▸ **SUPPLIED DATA**:
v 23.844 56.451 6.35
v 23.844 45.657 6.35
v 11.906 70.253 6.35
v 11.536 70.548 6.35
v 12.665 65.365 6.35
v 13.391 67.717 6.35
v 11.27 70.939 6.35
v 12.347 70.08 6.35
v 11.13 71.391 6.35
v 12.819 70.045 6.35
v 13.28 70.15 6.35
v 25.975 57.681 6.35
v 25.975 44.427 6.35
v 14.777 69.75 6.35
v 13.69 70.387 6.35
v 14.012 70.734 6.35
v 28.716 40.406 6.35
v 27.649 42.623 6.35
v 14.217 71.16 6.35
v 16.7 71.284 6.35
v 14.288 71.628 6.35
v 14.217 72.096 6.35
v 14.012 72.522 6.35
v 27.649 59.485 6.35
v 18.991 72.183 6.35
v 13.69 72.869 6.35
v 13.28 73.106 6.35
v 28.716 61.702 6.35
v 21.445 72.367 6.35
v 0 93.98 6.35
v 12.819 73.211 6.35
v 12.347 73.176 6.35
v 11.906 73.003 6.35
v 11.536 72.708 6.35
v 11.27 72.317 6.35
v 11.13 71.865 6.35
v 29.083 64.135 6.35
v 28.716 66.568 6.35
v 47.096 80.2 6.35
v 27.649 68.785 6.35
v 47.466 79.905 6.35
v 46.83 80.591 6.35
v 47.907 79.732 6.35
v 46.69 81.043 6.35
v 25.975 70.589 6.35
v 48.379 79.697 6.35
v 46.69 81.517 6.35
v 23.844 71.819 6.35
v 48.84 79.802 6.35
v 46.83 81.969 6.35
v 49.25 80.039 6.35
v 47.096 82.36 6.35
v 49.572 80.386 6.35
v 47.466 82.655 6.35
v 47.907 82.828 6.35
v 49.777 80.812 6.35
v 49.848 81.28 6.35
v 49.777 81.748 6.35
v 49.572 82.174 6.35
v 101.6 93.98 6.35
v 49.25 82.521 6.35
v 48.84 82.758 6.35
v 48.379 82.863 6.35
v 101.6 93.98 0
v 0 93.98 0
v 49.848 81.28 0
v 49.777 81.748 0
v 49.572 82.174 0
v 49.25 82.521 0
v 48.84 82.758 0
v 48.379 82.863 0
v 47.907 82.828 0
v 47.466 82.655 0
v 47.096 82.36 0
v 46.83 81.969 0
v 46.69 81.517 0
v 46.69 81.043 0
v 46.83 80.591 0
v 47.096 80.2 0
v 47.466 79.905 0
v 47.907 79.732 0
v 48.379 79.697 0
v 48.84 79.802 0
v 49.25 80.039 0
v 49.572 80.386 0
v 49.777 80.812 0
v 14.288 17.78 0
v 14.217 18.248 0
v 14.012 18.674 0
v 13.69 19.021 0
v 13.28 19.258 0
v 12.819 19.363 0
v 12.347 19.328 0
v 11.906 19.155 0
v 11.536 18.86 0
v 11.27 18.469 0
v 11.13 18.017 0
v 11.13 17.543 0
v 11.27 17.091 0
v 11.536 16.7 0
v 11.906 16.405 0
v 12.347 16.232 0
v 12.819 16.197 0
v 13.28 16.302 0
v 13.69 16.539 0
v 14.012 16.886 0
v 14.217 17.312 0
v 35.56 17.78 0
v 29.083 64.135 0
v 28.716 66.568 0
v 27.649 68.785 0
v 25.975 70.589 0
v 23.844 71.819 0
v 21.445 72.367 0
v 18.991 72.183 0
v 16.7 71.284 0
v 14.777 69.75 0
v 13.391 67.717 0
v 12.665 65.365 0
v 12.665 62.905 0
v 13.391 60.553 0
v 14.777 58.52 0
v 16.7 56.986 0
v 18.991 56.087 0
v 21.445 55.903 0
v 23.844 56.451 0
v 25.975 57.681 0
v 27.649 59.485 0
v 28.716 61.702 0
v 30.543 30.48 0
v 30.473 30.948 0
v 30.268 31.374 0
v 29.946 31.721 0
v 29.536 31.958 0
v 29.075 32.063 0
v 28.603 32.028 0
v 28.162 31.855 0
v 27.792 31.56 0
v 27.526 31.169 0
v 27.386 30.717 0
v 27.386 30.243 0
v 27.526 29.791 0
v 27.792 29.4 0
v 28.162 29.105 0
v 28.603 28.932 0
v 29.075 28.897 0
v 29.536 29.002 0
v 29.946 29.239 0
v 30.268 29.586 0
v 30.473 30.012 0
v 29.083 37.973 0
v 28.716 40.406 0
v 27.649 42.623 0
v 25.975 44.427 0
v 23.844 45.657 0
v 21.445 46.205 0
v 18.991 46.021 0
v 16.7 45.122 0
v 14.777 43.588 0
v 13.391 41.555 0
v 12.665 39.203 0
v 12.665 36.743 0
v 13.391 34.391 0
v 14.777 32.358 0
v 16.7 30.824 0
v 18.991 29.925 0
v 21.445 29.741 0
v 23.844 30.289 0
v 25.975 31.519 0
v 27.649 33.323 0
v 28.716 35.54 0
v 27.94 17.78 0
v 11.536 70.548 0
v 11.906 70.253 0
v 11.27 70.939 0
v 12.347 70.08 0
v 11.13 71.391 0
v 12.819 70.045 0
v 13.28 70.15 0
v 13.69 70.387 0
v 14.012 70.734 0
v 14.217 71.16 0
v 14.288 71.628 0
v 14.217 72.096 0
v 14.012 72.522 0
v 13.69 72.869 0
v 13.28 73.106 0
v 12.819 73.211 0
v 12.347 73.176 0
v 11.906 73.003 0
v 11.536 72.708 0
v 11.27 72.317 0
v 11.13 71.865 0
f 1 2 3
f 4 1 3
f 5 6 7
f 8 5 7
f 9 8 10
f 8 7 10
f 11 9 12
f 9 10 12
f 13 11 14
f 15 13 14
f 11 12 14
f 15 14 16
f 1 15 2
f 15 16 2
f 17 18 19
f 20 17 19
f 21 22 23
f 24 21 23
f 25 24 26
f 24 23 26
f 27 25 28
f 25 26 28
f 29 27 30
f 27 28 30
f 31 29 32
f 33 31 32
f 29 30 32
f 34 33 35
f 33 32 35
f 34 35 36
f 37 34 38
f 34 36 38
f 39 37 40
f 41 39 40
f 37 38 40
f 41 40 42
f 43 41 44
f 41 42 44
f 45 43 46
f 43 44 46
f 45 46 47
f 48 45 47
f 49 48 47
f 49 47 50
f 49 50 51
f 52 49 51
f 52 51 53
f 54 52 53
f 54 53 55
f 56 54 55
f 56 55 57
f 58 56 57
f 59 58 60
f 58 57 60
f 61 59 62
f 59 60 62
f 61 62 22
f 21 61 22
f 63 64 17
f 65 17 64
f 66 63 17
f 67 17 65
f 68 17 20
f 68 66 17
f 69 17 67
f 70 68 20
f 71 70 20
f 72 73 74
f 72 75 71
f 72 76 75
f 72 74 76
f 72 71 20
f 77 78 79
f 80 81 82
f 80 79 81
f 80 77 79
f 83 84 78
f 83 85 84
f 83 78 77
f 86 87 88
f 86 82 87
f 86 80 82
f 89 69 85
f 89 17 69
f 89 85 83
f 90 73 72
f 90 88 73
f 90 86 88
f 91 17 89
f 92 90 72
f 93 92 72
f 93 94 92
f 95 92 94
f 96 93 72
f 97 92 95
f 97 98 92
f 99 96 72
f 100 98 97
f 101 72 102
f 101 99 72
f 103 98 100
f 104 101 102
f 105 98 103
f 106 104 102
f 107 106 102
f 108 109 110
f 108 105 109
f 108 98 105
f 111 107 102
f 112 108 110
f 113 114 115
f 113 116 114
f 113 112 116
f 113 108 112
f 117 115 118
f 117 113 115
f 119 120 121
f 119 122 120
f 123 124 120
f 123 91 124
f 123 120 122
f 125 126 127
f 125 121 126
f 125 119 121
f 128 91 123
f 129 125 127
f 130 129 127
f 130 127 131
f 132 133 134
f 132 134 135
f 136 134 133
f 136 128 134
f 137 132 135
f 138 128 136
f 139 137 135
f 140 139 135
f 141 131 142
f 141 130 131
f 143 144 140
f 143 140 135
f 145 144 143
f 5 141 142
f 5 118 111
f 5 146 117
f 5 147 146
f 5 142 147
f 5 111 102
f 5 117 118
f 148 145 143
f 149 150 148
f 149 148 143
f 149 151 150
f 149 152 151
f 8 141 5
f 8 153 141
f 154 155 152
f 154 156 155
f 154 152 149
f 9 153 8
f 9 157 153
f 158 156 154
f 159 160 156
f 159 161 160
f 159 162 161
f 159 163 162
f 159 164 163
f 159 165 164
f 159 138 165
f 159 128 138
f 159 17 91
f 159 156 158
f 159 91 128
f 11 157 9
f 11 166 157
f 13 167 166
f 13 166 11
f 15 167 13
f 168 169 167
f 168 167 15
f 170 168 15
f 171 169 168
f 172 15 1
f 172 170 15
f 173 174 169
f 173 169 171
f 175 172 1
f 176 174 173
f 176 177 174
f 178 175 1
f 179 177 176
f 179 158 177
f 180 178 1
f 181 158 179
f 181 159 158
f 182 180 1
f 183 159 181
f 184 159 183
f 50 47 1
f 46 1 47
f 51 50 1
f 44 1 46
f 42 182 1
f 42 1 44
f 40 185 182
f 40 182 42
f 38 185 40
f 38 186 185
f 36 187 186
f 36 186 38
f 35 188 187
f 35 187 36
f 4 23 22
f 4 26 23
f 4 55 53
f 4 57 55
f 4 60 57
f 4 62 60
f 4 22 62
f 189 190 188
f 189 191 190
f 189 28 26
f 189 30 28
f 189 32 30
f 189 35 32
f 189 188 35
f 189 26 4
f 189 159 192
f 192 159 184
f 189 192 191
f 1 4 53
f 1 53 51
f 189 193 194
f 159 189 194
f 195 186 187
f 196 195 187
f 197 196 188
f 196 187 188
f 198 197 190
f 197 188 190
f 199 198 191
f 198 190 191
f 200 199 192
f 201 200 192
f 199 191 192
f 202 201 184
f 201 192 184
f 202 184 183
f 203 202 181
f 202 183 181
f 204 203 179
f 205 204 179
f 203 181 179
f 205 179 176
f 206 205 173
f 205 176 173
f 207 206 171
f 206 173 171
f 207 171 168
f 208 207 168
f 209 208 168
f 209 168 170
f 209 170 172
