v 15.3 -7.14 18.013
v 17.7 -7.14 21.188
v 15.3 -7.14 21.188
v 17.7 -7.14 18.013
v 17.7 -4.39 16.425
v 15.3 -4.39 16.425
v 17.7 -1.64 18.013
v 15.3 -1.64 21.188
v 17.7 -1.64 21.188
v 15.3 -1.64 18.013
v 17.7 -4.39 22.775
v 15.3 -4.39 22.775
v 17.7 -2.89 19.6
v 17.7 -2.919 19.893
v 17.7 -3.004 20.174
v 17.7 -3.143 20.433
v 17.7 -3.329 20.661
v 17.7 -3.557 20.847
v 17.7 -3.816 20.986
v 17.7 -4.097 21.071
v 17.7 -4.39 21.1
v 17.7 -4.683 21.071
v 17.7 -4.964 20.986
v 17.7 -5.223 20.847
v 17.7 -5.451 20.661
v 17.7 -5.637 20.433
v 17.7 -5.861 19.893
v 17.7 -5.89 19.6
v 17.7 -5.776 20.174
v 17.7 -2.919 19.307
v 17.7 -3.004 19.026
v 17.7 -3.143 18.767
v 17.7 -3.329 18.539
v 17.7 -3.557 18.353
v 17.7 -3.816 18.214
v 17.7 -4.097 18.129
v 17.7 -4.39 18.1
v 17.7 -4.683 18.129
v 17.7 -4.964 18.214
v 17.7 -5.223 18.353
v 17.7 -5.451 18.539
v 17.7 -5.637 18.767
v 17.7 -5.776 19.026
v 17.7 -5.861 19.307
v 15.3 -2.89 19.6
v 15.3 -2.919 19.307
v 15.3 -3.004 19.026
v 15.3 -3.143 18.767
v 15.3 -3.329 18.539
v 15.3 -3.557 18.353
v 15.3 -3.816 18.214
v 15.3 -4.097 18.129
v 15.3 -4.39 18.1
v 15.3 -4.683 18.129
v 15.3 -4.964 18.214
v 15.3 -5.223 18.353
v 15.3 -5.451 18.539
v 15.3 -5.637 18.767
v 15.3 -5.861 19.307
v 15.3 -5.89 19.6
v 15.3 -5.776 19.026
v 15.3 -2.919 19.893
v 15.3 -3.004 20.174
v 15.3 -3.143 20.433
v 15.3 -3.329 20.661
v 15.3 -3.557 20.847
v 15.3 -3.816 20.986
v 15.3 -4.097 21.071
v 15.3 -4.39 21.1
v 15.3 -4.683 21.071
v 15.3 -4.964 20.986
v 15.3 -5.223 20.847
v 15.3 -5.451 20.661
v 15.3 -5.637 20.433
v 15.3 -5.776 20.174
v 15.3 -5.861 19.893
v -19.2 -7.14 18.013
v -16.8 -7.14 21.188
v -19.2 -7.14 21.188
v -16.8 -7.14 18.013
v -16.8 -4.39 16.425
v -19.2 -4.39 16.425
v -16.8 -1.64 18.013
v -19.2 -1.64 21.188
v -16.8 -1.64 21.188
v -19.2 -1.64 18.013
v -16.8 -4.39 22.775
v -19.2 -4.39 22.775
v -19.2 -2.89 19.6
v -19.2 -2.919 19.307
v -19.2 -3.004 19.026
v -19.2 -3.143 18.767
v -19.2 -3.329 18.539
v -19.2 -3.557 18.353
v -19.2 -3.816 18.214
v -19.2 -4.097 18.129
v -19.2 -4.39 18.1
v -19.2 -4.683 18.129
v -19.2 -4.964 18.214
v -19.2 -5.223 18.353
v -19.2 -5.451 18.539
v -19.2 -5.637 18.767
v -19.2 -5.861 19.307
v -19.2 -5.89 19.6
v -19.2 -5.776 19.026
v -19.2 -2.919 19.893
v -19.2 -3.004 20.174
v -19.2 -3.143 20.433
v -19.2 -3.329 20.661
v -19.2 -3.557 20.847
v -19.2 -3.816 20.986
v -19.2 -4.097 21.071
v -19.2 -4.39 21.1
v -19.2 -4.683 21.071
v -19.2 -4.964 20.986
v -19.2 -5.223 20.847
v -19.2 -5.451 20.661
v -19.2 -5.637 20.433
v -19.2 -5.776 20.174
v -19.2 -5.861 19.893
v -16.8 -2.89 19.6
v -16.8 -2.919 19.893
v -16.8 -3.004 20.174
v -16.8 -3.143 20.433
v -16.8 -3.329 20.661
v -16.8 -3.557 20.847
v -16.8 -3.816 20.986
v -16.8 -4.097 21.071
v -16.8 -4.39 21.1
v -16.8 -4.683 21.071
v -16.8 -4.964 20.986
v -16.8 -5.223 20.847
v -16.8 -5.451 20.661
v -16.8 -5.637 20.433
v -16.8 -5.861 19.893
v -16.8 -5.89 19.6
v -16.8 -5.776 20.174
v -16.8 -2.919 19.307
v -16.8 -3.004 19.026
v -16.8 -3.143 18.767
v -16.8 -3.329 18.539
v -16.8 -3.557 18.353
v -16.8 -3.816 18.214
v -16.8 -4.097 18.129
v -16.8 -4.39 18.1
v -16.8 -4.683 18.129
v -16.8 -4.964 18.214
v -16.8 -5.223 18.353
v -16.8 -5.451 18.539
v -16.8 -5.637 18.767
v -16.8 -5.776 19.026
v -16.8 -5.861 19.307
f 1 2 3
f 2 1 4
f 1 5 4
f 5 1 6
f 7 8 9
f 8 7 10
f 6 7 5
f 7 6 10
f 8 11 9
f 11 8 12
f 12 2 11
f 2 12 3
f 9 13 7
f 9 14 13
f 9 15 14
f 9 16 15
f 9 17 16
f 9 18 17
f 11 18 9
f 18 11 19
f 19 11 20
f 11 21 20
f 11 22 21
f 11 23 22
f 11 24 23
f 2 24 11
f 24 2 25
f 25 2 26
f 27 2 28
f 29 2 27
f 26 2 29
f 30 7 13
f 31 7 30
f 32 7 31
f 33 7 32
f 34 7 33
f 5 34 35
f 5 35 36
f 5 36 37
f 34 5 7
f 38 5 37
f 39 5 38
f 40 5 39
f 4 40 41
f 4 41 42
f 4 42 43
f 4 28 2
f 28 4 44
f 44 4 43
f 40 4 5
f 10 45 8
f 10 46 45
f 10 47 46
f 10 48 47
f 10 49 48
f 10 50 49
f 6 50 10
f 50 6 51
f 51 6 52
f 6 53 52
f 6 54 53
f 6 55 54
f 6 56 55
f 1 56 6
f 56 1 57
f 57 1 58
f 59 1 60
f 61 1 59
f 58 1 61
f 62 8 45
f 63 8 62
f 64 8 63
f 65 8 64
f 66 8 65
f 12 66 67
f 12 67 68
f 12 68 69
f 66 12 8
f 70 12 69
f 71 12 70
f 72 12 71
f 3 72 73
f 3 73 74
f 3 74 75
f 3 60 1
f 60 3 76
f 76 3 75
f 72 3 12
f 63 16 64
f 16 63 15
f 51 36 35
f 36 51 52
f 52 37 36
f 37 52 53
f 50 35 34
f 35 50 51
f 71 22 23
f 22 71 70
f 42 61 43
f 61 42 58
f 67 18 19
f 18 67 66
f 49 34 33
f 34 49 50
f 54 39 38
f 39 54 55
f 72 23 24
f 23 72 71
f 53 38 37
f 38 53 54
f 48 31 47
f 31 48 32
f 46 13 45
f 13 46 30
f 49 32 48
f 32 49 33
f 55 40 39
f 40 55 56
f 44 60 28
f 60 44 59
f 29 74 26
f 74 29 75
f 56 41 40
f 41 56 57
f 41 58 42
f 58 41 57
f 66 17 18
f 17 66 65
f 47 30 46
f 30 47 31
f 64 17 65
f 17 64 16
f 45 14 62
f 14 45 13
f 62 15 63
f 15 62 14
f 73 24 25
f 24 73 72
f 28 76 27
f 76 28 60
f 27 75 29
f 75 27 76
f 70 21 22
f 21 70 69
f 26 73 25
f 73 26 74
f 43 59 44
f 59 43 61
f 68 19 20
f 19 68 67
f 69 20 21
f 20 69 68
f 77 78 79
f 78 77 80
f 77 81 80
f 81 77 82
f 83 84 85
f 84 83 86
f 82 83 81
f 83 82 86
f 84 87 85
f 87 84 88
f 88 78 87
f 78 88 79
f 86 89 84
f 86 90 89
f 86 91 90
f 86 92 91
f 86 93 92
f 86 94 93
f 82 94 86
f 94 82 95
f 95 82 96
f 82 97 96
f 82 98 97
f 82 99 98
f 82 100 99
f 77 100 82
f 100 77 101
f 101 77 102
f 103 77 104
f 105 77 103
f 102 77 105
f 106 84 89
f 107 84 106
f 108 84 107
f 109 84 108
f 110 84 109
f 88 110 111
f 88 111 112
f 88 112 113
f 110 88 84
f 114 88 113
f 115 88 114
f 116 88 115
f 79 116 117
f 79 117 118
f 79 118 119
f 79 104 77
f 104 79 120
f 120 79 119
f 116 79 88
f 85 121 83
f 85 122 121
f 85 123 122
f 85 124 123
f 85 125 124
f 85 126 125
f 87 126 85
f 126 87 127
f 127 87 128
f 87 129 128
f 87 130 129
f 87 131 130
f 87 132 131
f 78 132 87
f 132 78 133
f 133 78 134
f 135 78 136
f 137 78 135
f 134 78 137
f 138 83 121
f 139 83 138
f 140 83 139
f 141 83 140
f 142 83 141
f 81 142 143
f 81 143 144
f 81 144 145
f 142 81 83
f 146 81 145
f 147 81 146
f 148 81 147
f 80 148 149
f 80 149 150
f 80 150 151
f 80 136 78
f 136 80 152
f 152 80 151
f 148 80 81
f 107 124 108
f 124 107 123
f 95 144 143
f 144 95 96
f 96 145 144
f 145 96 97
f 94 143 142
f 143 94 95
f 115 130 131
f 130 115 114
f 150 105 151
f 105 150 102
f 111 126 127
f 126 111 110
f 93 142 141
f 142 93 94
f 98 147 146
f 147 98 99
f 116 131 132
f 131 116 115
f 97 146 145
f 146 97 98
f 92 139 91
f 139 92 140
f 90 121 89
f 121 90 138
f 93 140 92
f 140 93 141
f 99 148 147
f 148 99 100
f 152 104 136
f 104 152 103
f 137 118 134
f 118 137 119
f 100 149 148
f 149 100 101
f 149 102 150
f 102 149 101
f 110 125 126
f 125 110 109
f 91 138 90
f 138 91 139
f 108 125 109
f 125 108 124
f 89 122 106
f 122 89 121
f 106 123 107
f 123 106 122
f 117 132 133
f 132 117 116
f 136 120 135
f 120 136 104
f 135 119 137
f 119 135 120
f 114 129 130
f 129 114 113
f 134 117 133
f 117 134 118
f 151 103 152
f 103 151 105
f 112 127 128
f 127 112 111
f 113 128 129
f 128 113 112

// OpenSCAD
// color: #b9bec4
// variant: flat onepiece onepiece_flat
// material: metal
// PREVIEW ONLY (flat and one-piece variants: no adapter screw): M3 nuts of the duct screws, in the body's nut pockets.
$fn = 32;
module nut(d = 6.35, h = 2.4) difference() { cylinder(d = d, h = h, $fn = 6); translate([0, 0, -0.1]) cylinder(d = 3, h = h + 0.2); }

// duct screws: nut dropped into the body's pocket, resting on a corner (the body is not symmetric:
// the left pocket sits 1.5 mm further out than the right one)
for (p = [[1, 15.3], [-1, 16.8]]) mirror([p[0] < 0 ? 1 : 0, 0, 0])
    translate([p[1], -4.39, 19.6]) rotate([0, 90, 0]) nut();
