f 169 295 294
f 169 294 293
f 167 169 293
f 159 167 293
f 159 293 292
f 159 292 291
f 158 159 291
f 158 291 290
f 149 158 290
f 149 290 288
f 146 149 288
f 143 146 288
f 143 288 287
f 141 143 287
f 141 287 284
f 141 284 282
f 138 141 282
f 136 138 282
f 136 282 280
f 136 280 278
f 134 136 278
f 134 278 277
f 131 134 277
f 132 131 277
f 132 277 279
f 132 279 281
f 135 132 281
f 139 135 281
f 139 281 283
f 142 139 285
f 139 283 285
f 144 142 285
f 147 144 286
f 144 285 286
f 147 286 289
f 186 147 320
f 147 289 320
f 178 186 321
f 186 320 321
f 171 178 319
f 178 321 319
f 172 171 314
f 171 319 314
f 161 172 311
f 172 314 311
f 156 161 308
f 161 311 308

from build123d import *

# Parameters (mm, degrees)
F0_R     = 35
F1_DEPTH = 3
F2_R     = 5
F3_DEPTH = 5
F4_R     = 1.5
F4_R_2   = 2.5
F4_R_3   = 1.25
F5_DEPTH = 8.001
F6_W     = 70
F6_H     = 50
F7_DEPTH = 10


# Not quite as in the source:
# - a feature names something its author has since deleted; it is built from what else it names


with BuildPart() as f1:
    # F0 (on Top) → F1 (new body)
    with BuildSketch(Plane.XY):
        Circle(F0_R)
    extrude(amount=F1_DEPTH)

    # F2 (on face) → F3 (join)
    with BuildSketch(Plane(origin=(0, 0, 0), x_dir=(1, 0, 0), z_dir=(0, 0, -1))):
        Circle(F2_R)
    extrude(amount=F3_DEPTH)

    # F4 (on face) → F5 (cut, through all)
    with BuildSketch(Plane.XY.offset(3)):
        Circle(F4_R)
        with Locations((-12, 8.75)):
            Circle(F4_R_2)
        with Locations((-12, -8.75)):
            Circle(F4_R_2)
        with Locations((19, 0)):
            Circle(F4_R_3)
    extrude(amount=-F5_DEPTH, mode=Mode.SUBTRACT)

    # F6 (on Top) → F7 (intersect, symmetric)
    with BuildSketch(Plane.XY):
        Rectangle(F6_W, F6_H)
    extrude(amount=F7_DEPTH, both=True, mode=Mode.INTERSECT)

▸ **TASK DESCRIPTION**: From the line holding "F7_DEPTH = 10" down to the final line above, copy each line exactly, and leave out everything before it.

▸ **WRITTEN SOLUTION**:
F7_DEPTH = 10


# Not quite as in the source:
# - a feature names something its author has since deleted; it is built from what else it names


with BuildPart() as f1:
    # F0 (on Top) → F1 (new body)
    with BuildSketch(Plane.XY):
        Circle(F0_R)
    extrude(amount=F1_DEPTH)

    # F2 (on face) → F3 (join)
    with BuildSketch(Plane(origin=(0, 0, 0), x_dir=(1, 0, 0), z_dir=(0, 0, -1))):
        Circle(F2_R)
    extrude(amount=F3_DEPTH)

    # F4 (on face) → F5 (cut, through all)
    with BuildSketch(Plane.XY.offset(3)):
        Circle(F4_R)
        with Locations((-12, 8.75)):
            Circle(F4_R_2)
        with Locations((-12, -8.75)):
            Circle(F4_R_2)
        with Locations((19, 0)):
            Circle(F4_R_3)
    extrude(amount=-F5_DEPTH, mode=Mode.SUBTRACT)

    # F6 (on Top) → F7 (intersect, symmetric)
    with BuildSketch(Plane.XY):
        Rectangle(F6_W, F6_H)
    extrude(amount=F7_DEPTH, both=True, mode=Mode.INTERSECT)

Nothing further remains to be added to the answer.